Don’t make assumptions
Don’t assume anything when drafting or negotiating a contract. Spell out all the key assumptions in the contract. For example, if you’re negotiating an agreement with a marketing firm and you really want a particular person in the firm to work on your account, don’t assume that the firm will assign that person to do your work. If it’s important to you, specify in the contract whom you want to service your account.

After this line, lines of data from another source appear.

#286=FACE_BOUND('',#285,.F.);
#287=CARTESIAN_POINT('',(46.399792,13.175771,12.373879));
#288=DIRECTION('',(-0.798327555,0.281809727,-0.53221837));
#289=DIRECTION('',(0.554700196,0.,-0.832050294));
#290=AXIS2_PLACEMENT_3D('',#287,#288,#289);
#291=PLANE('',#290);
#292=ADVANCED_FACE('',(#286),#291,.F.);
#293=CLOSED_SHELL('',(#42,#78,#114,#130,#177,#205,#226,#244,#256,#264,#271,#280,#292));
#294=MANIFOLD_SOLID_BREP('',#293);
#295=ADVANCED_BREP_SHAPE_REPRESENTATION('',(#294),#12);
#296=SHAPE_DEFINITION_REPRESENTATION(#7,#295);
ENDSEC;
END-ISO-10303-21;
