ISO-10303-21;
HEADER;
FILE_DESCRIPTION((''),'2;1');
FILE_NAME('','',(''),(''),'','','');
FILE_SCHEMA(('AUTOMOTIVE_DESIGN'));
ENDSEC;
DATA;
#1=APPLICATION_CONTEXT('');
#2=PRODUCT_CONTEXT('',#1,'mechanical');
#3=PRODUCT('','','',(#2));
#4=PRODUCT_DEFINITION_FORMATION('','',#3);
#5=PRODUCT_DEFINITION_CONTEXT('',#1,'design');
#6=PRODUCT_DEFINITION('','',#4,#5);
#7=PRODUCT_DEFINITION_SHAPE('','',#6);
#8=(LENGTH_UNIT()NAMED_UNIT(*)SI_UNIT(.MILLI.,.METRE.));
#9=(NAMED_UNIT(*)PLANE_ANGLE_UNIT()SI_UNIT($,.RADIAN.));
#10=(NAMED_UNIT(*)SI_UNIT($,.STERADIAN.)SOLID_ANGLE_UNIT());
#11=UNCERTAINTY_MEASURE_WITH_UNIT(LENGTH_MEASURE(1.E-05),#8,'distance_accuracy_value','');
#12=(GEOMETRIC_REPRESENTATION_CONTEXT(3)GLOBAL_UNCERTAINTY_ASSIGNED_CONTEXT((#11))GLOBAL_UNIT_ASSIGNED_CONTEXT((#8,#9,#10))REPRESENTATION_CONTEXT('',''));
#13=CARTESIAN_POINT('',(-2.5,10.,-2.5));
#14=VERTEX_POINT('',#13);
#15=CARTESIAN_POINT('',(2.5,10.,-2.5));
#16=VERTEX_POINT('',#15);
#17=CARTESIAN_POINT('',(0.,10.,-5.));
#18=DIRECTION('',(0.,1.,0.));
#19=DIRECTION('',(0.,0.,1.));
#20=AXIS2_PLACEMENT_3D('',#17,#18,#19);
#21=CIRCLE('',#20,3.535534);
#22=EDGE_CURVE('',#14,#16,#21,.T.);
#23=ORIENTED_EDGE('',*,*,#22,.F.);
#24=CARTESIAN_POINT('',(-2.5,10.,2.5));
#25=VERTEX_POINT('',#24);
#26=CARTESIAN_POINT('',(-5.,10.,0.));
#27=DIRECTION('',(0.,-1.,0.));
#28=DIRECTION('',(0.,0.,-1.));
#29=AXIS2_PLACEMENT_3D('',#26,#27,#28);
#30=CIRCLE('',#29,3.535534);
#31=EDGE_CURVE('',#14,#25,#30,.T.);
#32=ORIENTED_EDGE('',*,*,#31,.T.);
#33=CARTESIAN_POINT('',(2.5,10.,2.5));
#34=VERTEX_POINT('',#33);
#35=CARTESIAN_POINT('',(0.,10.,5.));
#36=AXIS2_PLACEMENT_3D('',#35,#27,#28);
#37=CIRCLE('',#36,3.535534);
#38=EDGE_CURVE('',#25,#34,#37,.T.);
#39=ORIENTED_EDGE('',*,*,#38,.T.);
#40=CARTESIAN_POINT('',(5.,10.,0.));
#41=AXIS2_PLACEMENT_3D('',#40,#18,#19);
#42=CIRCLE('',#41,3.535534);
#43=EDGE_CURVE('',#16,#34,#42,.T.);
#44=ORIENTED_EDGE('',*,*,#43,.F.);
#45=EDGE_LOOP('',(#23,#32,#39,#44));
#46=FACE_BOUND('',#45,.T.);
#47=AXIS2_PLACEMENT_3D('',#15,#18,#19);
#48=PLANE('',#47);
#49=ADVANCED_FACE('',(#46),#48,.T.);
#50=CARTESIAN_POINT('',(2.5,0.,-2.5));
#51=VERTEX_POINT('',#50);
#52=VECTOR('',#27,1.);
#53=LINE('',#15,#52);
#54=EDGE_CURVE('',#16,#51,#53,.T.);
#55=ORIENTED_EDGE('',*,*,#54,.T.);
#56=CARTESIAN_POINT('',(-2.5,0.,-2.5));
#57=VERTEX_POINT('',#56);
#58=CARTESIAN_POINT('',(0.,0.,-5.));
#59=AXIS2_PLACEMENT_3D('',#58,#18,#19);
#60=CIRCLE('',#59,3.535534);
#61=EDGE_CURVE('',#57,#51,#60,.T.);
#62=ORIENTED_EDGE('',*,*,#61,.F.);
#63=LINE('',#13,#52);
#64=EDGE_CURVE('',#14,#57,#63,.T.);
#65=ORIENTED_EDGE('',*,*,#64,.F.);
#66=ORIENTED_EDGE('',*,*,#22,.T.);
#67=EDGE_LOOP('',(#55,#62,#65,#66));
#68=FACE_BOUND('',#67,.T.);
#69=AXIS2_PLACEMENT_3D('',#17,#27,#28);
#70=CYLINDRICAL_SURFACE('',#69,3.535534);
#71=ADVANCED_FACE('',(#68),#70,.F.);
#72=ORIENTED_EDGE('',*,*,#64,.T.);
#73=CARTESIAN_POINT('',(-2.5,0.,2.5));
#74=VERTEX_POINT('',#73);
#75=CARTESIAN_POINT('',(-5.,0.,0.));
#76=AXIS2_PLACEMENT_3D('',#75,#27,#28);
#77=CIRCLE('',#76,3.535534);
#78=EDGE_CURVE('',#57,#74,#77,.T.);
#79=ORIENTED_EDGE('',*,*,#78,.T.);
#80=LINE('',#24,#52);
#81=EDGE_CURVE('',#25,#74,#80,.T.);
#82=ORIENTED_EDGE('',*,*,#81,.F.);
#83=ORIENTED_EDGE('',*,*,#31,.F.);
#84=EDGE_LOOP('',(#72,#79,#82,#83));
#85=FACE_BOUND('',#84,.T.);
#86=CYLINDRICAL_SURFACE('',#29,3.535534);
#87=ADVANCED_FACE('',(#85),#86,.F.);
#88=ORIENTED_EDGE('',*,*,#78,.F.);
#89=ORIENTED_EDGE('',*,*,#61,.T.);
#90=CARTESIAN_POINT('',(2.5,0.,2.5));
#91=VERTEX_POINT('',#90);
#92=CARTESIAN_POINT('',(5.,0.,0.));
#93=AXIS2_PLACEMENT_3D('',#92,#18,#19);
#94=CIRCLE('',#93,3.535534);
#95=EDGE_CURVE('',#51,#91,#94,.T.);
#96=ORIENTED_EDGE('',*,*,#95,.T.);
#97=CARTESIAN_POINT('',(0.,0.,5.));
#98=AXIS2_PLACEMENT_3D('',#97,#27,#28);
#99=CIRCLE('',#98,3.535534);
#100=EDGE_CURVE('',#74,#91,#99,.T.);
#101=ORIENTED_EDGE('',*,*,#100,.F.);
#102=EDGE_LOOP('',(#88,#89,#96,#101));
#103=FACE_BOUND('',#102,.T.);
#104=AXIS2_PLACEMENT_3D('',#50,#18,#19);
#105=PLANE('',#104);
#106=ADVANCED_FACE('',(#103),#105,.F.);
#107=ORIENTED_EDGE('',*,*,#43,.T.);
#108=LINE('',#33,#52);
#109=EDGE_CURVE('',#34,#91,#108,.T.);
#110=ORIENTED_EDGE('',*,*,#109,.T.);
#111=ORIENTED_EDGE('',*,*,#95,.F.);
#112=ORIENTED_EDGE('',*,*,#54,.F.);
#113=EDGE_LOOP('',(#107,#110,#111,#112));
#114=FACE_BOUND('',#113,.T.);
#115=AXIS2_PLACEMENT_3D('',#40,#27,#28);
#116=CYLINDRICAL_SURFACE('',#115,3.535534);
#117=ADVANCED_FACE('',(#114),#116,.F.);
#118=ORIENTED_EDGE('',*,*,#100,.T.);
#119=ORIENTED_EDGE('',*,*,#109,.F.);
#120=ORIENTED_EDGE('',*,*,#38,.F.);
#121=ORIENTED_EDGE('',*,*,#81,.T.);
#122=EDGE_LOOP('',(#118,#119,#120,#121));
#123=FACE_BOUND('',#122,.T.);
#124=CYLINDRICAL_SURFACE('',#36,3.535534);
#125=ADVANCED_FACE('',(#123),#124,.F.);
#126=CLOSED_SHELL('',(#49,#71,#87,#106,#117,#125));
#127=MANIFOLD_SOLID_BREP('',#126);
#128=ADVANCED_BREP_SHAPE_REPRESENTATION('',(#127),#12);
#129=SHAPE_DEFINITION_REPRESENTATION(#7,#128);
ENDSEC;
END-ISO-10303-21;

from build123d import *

# Parameters (mm, degrees)
BOSS_EXTRUDE1_DEPTH = 10


with BuildPart() as part:
    # Sketch1 → Boss-Extrude1 (new body)
    with BuildSketch(Plane(origin=(0, 0, 0), x_dir=(1, 0, 0), z_dir=(0, 1, 0))):
        with BuildLine():
            ThreePointArc((-2.5, 2.5), (-1.464466094, 0), (-2.5, -2.5))
            ThreePointArc((-2.5, -2.5), (0, -1.464466094), (2.5, -2.5))
            ThreePointArc((2.5, -2.5), (1.464466094, 0), (2.5, 2.5))
            ThreePointArc((2.5, 2.5), (0, 1.464466094), (-2.5, 2.5))
        make_face()
    extrude(amount=BOSS_EXTRUDE1_DEPTH)


solid = part.part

Pay attention to “boilerplate”
Boilerplate refers to the standardized, formal language in a contract that is often located at the end of the contract. Boilerplate provisions affect your legal rights and are binding when you sign the contract even if you don’t read them. Be sure you read and understand these provisions, and negotiate them if you don’t like what they say. Examples of boilerplate provisions are (a) requiring the loser in a lawsuit to pay the other party’s legal fees, (b) requiring a lawsuit to occur in a selected state (which may be far from where you are), (c) prohibiting transfer or assignment of the agreement, (d) specifying which state’s law controls the interpretation of the agreement, and (e) requiring arbitration.
Understand your business
Translating your business deal into a contract requires a good knowledge of the customs and nuances of your business. If you don’t already have an intimate knowledge of how your business works and how deals are structured, talk to others who have done similar deals. If you don’t know what’s customary in your industry, you may not end up with the best contract. Once you have the deal you want, remember to monitor how the actual deal works in operation and whether it’s consistent with the contract. Every company should have a key person or team who monitors the actual implementation of contracts, especially multiyear contracts in which, over time, the actual practice may begin to vary from the contract terms.